ENHANCE WHEAT QUALITY AND UTILIZATION IN THE WESTERN U.S.
Location: Wheat Genetics, Quality Physiology and Disease Research
Title: Glutenin alleles in U.S. Pacific Northwest Wheat
Submitted to: International Gluten Workshop
Publication Type: Proceedings
Publication Acceptance Date: September 15, 2009
Publication Date: December 1, 2009
Citation: Morris, C.F., Pasha, I., Beecher, B.S., Bettge, A.D., See, D.R. 2009. Glutenin alleles in U.S. Pacific Northwest Wheat. International Gluten Workshop; p 141.

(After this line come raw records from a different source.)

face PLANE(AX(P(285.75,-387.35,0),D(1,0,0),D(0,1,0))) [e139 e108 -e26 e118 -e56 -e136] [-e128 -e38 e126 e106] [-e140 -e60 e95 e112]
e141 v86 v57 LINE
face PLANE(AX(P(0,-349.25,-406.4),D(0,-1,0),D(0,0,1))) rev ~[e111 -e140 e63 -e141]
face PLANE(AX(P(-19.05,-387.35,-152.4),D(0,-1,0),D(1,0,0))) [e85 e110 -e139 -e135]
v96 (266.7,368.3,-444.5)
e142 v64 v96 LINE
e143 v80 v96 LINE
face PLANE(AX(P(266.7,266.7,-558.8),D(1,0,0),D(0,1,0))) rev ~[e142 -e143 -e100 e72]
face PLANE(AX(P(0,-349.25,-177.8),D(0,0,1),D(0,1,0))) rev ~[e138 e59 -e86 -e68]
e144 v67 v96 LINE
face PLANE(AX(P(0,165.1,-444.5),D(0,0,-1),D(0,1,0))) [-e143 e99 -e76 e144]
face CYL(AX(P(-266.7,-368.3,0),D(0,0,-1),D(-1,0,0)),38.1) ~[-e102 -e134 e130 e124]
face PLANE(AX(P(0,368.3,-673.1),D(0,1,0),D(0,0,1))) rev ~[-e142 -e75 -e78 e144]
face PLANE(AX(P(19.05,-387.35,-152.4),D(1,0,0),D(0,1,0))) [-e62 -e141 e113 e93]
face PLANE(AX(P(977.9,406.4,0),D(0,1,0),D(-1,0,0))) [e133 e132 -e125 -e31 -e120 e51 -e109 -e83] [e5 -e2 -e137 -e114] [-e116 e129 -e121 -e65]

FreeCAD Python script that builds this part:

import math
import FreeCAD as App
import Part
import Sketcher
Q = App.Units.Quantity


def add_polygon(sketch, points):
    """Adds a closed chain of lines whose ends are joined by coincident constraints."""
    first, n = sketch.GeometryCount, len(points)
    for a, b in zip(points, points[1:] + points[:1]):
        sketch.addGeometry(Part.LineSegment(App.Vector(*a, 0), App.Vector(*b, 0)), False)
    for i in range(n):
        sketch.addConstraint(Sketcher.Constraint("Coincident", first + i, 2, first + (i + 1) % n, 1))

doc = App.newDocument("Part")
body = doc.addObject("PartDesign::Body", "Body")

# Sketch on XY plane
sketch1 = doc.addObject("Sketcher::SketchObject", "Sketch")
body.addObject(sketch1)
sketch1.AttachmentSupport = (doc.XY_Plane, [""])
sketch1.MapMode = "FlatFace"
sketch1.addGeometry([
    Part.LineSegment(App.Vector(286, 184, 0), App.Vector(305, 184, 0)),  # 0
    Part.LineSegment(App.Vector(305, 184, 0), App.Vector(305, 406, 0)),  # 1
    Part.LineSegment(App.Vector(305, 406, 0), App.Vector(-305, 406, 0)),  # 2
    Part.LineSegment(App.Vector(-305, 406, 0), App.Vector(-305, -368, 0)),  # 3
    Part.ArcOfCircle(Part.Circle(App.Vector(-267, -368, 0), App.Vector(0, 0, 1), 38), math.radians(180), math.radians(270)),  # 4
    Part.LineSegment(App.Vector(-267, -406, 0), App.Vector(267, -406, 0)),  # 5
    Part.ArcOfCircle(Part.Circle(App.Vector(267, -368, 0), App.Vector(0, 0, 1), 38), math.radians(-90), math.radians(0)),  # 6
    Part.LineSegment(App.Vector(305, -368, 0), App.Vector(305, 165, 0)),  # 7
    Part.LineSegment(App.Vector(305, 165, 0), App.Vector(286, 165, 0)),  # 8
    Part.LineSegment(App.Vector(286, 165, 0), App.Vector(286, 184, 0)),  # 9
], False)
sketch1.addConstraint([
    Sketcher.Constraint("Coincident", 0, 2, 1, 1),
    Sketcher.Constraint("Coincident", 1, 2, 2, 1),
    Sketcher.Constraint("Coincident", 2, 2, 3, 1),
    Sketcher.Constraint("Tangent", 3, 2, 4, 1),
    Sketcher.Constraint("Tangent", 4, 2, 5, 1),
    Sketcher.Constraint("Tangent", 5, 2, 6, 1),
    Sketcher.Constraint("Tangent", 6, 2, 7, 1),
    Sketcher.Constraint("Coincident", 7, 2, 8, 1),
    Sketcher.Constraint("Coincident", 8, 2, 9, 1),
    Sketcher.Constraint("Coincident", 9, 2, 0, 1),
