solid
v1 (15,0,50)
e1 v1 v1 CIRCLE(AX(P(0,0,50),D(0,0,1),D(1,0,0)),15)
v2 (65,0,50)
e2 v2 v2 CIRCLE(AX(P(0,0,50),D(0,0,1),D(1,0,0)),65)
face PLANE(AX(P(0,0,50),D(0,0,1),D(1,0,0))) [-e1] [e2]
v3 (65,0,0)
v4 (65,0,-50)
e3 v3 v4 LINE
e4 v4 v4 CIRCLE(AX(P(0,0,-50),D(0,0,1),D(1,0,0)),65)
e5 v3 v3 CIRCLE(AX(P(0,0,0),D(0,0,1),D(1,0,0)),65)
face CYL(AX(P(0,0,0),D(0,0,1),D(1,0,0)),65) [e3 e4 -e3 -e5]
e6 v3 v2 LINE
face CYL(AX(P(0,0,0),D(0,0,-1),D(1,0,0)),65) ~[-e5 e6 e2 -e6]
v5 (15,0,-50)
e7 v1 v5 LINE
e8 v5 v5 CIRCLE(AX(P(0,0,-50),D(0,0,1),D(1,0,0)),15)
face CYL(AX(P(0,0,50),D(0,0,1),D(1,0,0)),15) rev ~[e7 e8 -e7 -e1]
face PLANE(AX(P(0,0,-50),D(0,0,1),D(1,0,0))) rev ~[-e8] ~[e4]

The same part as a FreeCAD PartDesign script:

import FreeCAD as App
import Part
import Sketcher
from FreeCAD import Vector

doc = App.newDocument("Part")
body = doc.addObject("PartDesign::Body", "Body")

# Sketch on XY plane
sketch1 = body.newObject("Sketcher::SketchObject", "Sketch")
sketch1.AttachmentSupport = (doc.getObject("XY_Plane"), [""])
sketch1.MapMode = "FlatFace"
sketch1.addGeometry(Part.Circle(Vector(0, 0, 0), Vector(0, 0, 1), 65), False)
sketch1.addConstraint(Sketcher.Constraint("Coincident", 0, 3, -1, 1))
sketch1.addConstraint(Sketcher.Constraint("Diameter", 0, 130.0))
pad1 = body.newObject("PartDesign::Pad", "Pad")
pad1.Profile = sketch1
pad1.Length = 100
pad1.Midplane = True

# Sketch on XY plane
sketch2 = body.newObject("Sketcher::SketchObject", "Sketch001")
sketch2.AttachmentSupport = (doc.getObject("XY_Plane"), [""])
sketch2.MapMode = "FlatFace"
sketch2.AttachmentOffset = App.Placement(Vector(0, 0, 50), App.Rotation())
sketch2.addGeometry(Part.Circle(Vector(0, 0, 0), Vector(0, 0, 1), 15), False)
sketch2.addConstraint(Sketcher.Constraint("Coincident", 0, 3, -1, 1))
sketch2.addConstraint(Sketcher.Constraint("Diameter", 0, 30.0))
pocket1 = body.newObject("PartDesign::Pocket", "Pocket")
pocket1.Profile = sketch2
pocket1.Type = "ThroughAll"

doc.recompute()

Interpretive Summary: The U.S. Pacific Northwest (PNW), comprised of the states of Washington, Idaho and Oregon, produces about 8 million metric tons of wheat annually. This region is somewhat unique in that it grows winter and spring wheats, hard and soft wheats, white and red-grained wheats, and club and lax-head (‘common’) wheats. Most types have distinctive end-uses, which are in part related to their gluten-forming proteins. A survey of high molecular weight glutenin subunits (HMW-GS) (‘alleles’) has not been conducted within each of the important PNW gene pools as represented by released cultivars and unreleased elite breeding lines. Further, the correspondence of stained protein bands in SDS polyacrylamide gel electrophoresis (SDS-PAGE) and DNA molecular markers has not been evaluated for wheats of this region. Specific types included here were soft white winter (SWW), soft white spring (SWS), soft white club, hard white winter (HWW), hard white spring (HWS), hard red winter (HRW), and hard red spring (HRS). In commerce, SWW and SWS are co-mingled, as are HWW and HWS. Club is a sub-class of soft white and may include winter or spring-sown types. HRW and HRS are separate classes.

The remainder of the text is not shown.